Havia sete pessoas lá. Com Manato, havia oito. Embora houvesse algumas diferenças de tamanho e gênero, todos compartilhavam circunstâncias semelhantes e nenhum tinha pais. Quando alguém dizia “Estúpido”, a resposta tinha de ser “Canário”, e aqueles que não conseguiam responder corretamente não eram considerados companheiros. “Canário” era o nome de um pássaro, embora ninguém soubesse exatamente que tipo de pássaro era. Isso parecia ter sido decidido em um bate-papo.

Os canários viviam em buracos laterais no córrego do esgoto, entre prédios que não podiam ser atravessados sem engenhosidade e em prédios dilapidados que a yakuza havia declarado fora dos limites. Eles se mudavam constantemente porque, se ficassem em um só lugar, a yakuza os encontraria e, na pior das hipóteses, os mataria.

Eles se alimentavam principalmente na cidade. Como não tinham dinheiro, roubavam comida das barracas quando podiam.
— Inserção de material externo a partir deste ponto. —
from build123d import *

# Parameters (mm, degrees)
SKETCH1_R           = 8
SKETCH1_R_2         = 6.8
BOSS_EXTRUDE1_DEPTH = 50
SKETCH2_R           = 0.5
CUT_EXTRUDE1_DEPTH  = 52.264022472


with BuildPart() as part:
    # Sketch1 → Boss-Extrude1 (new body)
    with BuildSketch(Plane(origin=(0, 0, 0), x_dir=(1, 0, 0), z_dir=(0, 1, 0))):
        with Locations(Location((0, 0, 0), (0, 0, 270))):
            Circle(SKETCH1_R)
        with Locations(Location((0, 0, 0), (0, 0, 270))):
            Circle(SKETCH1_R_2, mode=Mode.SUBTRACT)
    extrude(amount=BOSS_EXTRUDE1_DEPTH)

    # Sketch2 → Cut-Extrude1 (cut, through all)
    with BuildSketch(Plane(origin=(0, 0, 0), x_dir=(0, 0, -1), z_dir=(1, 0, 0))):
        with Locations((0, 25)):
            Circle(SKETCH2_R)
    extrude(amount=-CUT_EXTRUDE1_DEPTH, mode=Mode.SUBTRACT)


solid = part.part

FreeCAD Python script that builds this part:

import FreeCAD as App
import Part
import Sketcher

V = App.Vector

doc = App.newDocument("Part")
body = doc.addObject("PartDesign::Body", "Body")

# Sketch on XZ plane
sketch1 = body.newObject("Sketcher::SketchObject", "Sketch")
sketch1.AttachmentSupport = (doc.getObject("XZ_Plane"), [""])
sketch1.MapMode = "FlatFace"
sketch1.addGeometry([
    Part.Circle(V(0, 0, 0), V(0, 0, 1), 8),
    Part.Circle(V(0, 0, 0), V(0, 0, 1), 7),
], False)
sketch1.addConstraint([
    Sketcher.Constraint("Coincident", 0, 3, -1, 1),
    Sketcher.Constraint("Coincident", 1, 3, -1, 1),
    Sketcher.Constraint("Diameter", 0, 16.0),
    Sketcher.Constraint("Diameter", 1, 13.6),
])
pad1 = body.newObject("PartDesign::Pad", "Pad")
pad1.Profile = sketch1
pad1.Length = 50
pad1.Reversed = True

# Sketch on YZ plane
sketch2 = body.newObject("Sketcher::SketchObject", "Sketch001")
sketch2.AttachmentSupport = (doc.getObject("YZ_Plane"), [""])
sketch2.MapMode = "FlatFace"
sketch2.addGeometry(Part.Circle(V(25, 0, 0), V(0, 0, 1), 0.5), False)
sketch2.addConstraint([
    Sketcher.Constraint("PointOnObject", 0, 3, -1),
    Sketcher.Constraint("Diameter", 0, 1.0),
    Sketcher.Constraint("DistanceX", -1, 1, 0, 3, 25.0),
])
pocket1 = body.newObject("PartDesign::Pocket", "Pocket")
pocket1.Profile = sketch2
pocket1.Type = "ThroughAll"

doc.recompute()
Mas, se fossem avistados, a yakuza rapidamente os perseguiria, então tinham que ser muito cuidadosos. As melhores oportunidades eram os restos de comida, itens não vendidos e alimentos em decomposição. Esses eram jogados em lixeiras especiais na parte de trás da cidade. Embora fossem resíduos, parecia haver alguma utilidade para eles, já que os yakuza da prefeitura os coletavam a cada dois dias. Os canários recolhiam os alimentos comestíveis antes que chegassem até lá.

No entanto, havia muita competição pelos alimentos descartados.
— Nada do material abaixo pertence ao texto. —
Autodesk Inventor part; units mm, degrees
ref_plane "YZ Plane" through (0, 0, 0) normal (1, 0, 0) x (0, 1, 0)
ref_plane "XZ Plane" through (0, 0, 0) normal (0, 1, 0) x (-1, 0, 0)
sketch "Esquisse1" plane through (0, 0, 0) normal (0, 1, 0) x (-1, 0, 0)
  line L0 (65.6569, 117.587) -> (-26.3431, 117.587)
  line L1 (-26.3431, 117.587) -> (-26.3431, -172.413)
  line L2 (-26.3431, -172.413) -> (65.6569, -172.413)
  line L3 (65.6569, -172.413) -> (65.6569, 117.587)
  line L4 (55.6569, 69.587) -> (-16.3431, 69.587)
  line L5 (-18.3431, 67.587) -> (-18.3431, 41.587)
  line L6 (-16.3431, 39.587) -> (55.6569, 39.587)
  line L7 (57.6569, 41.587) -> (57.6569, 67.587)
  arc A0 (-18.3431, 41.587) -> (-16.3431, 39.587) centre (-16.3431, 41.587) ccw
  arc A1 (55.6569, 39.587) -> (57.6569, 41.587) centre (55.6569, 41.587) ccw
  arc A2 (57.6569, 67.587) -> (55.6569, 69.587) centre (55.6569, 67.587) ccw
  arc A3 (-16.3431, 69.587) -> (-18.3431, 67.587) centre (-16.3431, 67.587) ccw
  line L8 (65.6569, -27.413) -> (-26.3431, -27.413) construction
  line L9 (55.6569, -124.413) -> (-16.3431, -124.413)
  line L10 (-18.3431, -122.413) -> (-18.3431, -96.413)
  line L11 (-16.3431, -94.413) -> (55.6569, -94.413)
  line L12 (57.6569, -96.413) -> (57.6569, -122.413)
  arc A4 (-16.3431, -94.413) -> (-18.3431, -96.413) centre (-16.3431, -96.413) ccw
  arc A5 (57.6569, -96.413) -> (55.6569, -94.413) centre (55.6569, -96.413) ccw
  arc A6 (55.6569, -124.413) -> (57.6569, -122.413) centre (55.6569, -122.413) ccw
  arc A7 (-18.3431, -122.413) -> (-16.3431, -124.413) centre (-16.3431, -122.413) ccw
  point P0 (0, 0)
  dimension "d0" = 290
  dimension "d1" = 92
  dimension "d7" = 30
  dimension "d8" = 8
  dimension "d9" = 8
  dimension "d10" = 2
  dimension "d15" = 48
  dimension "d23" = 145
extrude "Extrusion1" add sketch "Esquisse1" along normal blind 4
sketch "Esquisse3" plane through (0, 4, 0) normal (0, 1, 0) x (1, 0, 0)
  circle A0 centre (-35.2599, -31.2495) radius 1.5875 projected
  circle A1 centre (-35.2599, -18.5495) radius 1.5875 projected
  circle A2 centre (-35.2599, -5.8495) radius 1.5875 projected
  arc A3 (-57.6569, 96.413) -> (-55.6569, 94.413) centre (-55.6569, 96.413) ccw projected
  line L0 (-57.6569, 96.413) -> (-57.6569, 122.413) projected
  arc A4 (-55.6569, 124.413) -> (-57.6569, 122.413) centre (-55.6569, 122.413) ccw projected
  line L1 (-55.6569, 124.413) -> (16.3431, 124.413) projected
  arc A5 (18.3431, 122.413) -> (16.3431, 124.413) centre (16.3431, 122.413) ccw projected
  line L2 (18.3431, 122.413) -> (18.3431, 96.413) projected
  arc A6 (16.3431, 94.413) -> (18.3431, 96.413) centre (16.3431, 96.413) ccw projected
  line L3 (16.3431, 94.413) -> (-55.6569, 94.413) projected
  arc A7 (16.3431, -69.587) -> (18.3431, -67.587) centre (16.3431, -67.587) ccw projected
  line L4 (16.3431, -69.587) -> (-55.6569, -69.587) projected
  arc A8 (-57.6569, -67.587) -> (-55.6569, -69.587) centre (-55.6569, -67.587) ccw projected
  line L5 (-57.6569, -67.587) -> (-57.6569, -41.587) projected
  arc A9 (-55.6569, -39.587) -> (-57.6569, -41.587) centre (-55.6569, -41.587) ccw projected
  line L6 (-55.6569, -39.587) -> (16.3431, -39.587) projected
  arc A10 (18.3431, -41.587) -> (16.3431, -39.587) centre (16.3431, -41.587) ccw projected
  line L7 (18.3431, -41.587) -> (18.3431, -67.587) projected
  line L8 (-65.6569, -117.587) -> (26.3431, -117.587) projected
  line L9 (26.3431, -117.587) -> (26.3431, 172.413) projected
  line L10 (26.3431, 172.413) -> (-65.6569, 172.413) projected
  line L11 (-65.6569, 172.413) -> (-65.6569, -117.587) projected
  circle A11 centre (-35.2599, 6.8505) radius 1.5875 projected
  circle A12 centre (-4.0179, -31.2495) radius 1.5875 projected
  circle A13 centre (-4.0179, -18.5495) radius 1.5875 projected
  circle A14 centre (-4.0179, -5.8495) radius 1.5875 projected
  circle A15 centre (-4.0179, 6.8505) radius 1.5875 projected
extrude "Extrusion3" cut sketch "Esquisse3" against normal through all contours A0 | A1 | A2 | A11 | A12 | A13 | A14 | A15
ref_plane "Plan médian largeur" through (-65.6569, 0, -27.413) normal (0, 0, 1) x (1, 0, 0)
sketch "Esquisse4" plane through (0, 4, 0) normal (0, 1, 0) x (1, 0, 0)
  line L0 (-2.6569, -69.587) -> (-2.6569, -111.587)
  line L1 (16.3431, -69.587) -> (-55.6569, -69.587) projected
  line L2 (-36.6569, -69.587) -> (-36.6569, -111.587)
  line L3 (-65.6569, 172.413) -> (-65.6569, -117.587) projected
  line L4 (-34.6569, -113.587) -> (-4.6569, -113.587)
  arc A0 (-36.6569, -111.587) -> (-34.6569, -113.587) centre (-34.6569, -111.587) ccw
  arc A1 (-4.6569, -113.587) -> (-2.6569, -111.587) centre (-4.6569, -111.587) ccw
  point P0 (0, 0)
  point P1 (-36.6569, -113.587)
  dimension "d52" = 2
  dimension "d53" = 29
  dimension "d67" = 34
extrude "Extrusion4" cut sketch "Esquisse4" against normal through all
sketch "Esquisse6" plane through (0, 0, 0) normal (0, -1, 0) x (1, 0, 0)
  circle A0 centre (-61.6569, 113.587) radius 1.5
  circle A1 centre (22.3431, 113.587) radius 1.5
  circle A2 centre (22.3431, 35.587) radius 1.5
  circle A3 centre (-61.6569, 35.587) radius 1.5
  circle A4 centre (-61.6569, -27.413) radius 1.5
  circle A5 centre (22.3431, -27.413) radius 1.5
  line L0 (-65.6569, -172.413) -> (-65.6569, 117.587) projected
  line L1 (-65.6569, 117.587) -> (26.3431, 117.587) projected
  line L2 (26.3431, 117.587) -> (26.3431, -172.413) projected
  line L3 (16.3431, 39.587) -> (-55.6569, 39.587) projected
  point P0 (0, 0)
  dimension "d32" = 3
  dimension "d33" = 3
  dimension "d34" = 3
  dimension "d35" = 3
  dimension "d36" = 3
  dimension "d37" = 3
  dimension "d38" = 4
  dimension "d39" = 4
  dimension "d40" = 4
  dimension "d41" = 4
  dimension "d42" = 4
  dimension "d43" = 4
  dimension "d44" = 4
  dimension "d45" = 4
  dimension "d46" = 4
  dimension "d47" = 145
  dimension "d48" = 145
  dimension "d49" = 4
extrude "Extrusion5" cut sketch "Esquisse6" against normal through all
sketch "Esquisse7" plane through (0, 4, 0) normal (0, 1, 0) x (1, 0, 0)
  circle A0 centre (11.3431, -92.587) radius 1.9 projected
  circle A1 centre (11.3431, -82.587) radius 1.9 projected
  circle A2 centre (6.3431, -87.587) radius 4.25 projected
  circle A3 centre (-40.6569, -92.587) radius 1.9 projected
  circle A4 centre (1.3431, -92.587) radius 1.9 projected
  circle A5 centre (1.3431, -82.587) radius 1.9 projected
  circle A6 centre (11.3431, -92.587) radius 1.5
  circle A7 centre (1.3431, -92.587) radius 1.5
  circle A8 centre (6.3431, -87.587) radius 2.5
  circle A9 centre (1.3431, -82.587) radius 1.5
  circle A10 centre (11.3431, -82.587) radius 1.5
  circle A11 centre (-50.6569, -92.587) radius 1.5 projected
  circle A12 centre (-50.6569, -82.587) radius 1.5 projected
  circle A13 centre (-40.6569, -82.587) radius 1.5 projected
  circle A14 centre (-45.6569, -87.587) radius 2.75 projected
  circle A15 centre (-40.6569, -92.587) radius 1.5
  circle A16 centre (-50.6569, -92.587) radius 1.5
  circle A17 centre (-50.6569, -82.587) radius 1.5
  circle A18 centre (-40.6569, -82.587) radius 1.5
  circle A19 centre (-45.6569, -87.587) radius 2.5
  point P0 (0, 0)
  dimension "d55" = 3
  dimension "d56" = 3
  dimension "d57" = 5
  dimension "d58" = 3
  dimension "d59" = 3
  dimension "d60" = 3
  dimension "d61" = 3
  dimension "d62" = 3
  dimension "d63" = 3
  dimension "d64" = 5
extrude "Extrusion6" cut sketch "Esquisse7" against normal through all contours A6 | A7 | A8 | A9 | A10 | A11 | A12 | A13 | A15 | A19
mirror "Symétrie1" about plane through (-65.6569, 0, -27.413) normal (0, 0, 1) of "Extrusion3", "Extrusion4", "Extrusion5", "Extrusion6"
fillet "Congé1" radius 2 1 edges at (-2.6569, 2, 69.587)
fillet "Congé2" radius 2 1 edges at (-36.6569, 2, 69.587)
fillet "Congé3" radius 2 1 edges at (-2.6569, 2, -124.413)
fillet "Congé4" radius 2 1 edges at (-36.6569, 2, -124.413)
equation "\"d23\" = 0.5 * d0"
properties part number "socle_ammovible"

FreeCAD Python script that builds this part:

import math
import FreeCAD as App
import Part
import Sketcher
from FreeCAD import Vector
Q = App.Units.Quantity


def edges_at(feature, points):
    """Names of the edges that pass closest to the given points."""
    edges = feature.Shape.Edges
    near = lambda p: min(range(len(edges)), key=lambda i: edges[i].distToShape(Part.Vertex(*p))[0])
    return sorted({f"Edge{near(p) + 1}" for p in points})


def add_polygon(sketch, points):
    """Adds a closed chain of lines whose ends are joined by coincident constraints."""
    first, n = sketch.GeometryCount, len(points)
    for a, b in zip(points, points[1:] + points[:1]):
        sketch.addGeometry(Part.LineSegment(App.Vector(*a, 0), App.Vector(*b, 0)), False)
    for i in range(n):
        sketch.addConstraint(Sketcher.Constraint("Coincident", first + i, 2, first + (i + 1) % n, 1))

doc = App.newDocument("Part")
body = doc.addObject("PartDesign::Body", "Body")

sketch1 = body.newObject("Sketcher::SketchObject", "Sketch")
sketch1.AttachmentSupport = (doc.getObject("XZ_Plane"), [""])
sketch1.MapMode = "FlatFace"
add_polygon(sketch1, [(-65.6569, -172.413), (-65.6569, 117.587), (26.3431, 117.587), (26.3431, -172.413)])
sketch1.addGeometry(Part.ArcOfCircle(Part.Circle(Vector(-55.6569, -122.413, 0), Vector(0, 0, 1), 2), math.radians(180), math.radians(270)), False)
sketch1.addGeometry(Part.LineSegment(Vector(-55.6569, -124.413, 0), Vector(16.3431, -124.413, 0)), False)
sketch1.addGeometry(Part.ArcOfCircle(Part.Circle(Vector(16.3431, -122.413, 0), Vector(0, 0, 1), 2), math.radians(-90), math.radians(0)), False)
sketch1.addGeometry(Part.LineSegment(Vector(18.3431, -122.413, 0), Vector(18.3431, -96.413, 0)), False)
sketch1.addGeometry(Part.ArcOfCircle(Part.Circle(Vector(16.3431, -96.413, 0), Vector(0, 0, 1), 2), math.radians(0), math.radians(90)), False)
sketch1.addGeometry(Part.LineSegment(Vector(16.3431, -94.413, 0), Vector(-55.6569, -94.413, 0)), False)
sketch1.addGeometry(Part.ArcOfCircle(Part.Circle(Vector(-55.6569, -96.413, 0), Vector(0, 0, 1), 2), math.radians(90), math.radians(180)), False)
sketch1.addGeometry(Part.LineSegment(Vector(-57.6569, -96.413, 0), Vector(-57.6569, -122.413, 0)), False)
sketch1.addGeometry(Part.LineSegment(Vector(16.3431, 69.587, 0), Vector(-55.6569, 69.587, 0)), False)
sketch1.addGeometry(Part.ArcOfCircle(Part.Circle(Vector(-55.6569, 67.587, 0), Vector(0, 0, 1), 2), math.radians(90), math.radians(180)), False)
sketch1.addGeometry(Part.LineSegment(Vector(-57.6569, 67.587, 0), Vector(-57.6569, 41.587, 0)), False)
sketch1.addGeometry(Part.ArcOfCircle(Part.Circle(Vector(-55.6569, 41.587, 0), Vector(0, 0, 1), 2), math.radians(180), math.radians(270)), False)
sketch1.addGeometry(Part.LineSegment(Vector(-55.6569, 39.587, 0), Vector(16.3431, 39.587, 0)), False)
sketch1.addGeometry(Part.ArcOfCircle(Part.Circle(Vector(16.3431, 41.587, 0), Vector(0, 0, 1), 2), math.radians(-90), math.radians(0)), False)
sketch1.addGeometry(Part.LineSegment(Vector(18.3431, 41.587, 0), Vector(18.3431, 67.587, 0)), False)
sketch1.addGeometry(Part.ArcOfCircle(Part.Circle(Vector(16.3431, 67.587, 0), Vector(0, 0, 1), 2), math.radians(0), math.radians(90)), False)
sketch1.addConstraint(Sketcher.Constraint("Tangent", 4, 2, 5, 1))
sketch1.addConstraint(Sketcher.Constraint("Tangent", 5, 2, 6, 1))
sketch1.addConstraint(Sketcher.Constraint("Tangent", 6, 2, 7, 1))
sketch1.addConstraint(Sketcher.Constraint("Tangent", 7, 2, 8, 1))
sketch1.addConstraint(Sketcher.Constraint("Tangent", 8, 2, 9, 1))
sketch1.addConstraint(Sketcher.Constraint("Tangent", 9, 2, 10, 1))
sketch1.addConstraint(Sketcher.Constraint("Tangent", 10, 2, 11, 1))
sketch1.addConstraint(Sketcher.Constraint("Tangent", 11, 2, 4, 1))
sketch1.addConstraint(Sketcher.Constraint("Tangent", 12, 2, 13, 1))
sketch1.addConstraint(Sketcher.Constraint("Tangent", 13, 2, 14, 1))
sketch1.addConstraint(Sketcher.Constraint("Tangent", 14, 2, 15, 1))
sketch1.addConstraint(Sketcher.Constraint("Tangent", 15, 2, 16, 1))
sketch1.addConstraint(Sketcher.Constraint("Tangent", 16, 2, 17, 1))
sketch1.addConstraint(Sketcher.Constraint("Tangent", 17, 2, 18, 1))
sketch1.addConstraint(Sketcher.Constraint("Tangent", 18, 2, 19, 1))
sketch1.addConstraint(Sketcher.Constraint("Tangent", 19, 2, 12, 1))
sketch1.addConstraint(Sketcher.Constraint("Vertical", 0))
sketch1.addConstraint(Sketcher.Constraint("Horizontal", 1))
sketch1.addConstraint(Sketcher.Constraint("Vertical", 2))
sketch1.addConstraint(Sketcher.Constraint("Horizontal", 3))
sketch1.addConstraint(Sketcher.Constraint("Horizontal", 5))
sketch1.addConstraint(Sketcher.Constraint("Vertical", 7))
sketch1.addConstraint(Sketcher.Constraint("Horizontal", 9))
sketch1.addConstraint(Sketcher.Constraint("Vertical", 11))
sketch1.addConstraint(Sketcher.Constraint("Horizontal", 12))
sketch1.addConstraint(Sketcher.Constraint("Vertical", 14))
sketch1.addConstraint(Sketcher.Constraint("Horizontal", 16))
sketch1.addConstraint(Sketcher.Constraint("Vertical", 18))
sketch1.addConstraint(Sketcher.Constraint("Equal", 4, 6))
sketch1.addConstraint(Sketcher.Constraint("Equal", 6, 8))
sketch1.addConstraint(Sketcher.Constraint("Equal", 8, 10))
sketch1.addConstraint(Sketcher.Constraint("Equal", 10, 13))
sketch1.addConstraint(Sketcher.Constraint("Equal", 13, 15))
sketch1.addConstraint(Sketcher.Constraint("Equal", 15, 17))
sketch1.addConstraint(Sketcher.Constraint("Equal", 17, 19))
sketch1.addConstraint(Sketcher.Constraint("Vertical", 10, 3, 13, 3))
sketch1.addConstraint(Sketcher.Constraint("Vertical", 8, 3, 17, 3))
sketch1.addConstraint(Sketcher.Constraint("Equal", 11, 14))
sketch1.addConstraint(Sketcher.Constraint("Radius", 4, Q("2 mm")))
sketch1.addConstraint(Sketcher.Constraint("DistanceX", 1, 1, 1, 2, Q("92 mm")))
sketch1.addConstraint(Sketcher.Constraint("DistanceY", 0, 1, 0, 2, Q("290 mm")))
sketch1.addConstraint(Sketcher.Constraint("DistanceY", 3, 2, 4, 2, Q("48 mm")))
sketch1.addConstraint(Sketcher.Constraint("DistanceX", 6, 2, 2, 2, Q("8 mm")))
sketch1.addConstraint(Sketcher.Constraint("DistanceY", 5, 2, 8, 2, Q("30 mm")))
sketch1.addConstraint(Sketcher.Constraint("DistanceY", 12, 2, 0, 2, Q("48 mm")))
sketch1.addConstraint(Sketcher.Constraint("DistanceX", 0, 2, 13, 2, Q("8 mm")))
sketch1.addConstraint(Sketcher.Constraint("DistanceX", 4, 3, -1, 1, Q("55.657 mm")))
sketch1.addConstraint(Sketcher.Constraint("DistanceY", 4, 3, -1, 1, Q("122.413 mm")))
pad1 = body.newObject("PartDesign::Pad", "Pad")
pad1.Profile = sketch1
pad1.Length = 4
pad1.Reversed = True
Havia muitas pessoas em Tsunomiya vivendo como canários, não apenas grupos de crianças, mas também alguns grupos de adultos. Todos queriam a comida descartada, então havia brigas por ela. Embora às vezes houvesse conflitos, se houvesse muito barulho, a yakuza viria, então era preciso prestar atenção também. Por mais que quisessem evitar problemas, se o oponente levasse a briga a sério, eles só poderiam revidar. Dessa forma, um dos Canários em um desses conflitos foi gravemente ferido e morto. Os canários kids ficaram reduzidos a sete, incluindo Manato.

Uma vez, quando mais de cem yakuza realizaram uma “operação de extermínio”, muitos foram mortos. Um dos canários kids foi capturado e espancado até a morte, e seu corpo mutilado foi exibido no centro da cidade.

Com os canários kids reduzidos a seis, eles finalmente decidiram deixar Tsunomiya. Embora a entrada não fosse tão difícil, a saída era bastante complicada devido à presença da yakuza e das cercas. Também surgiu a ideia de se juntar a outros que queriam sair de Tsunomiya, mas entre eles nunca faltaram traidores que os denunciavam à yakuza. Simplesmente para que todos, inclusive os traidores, fossem mortos.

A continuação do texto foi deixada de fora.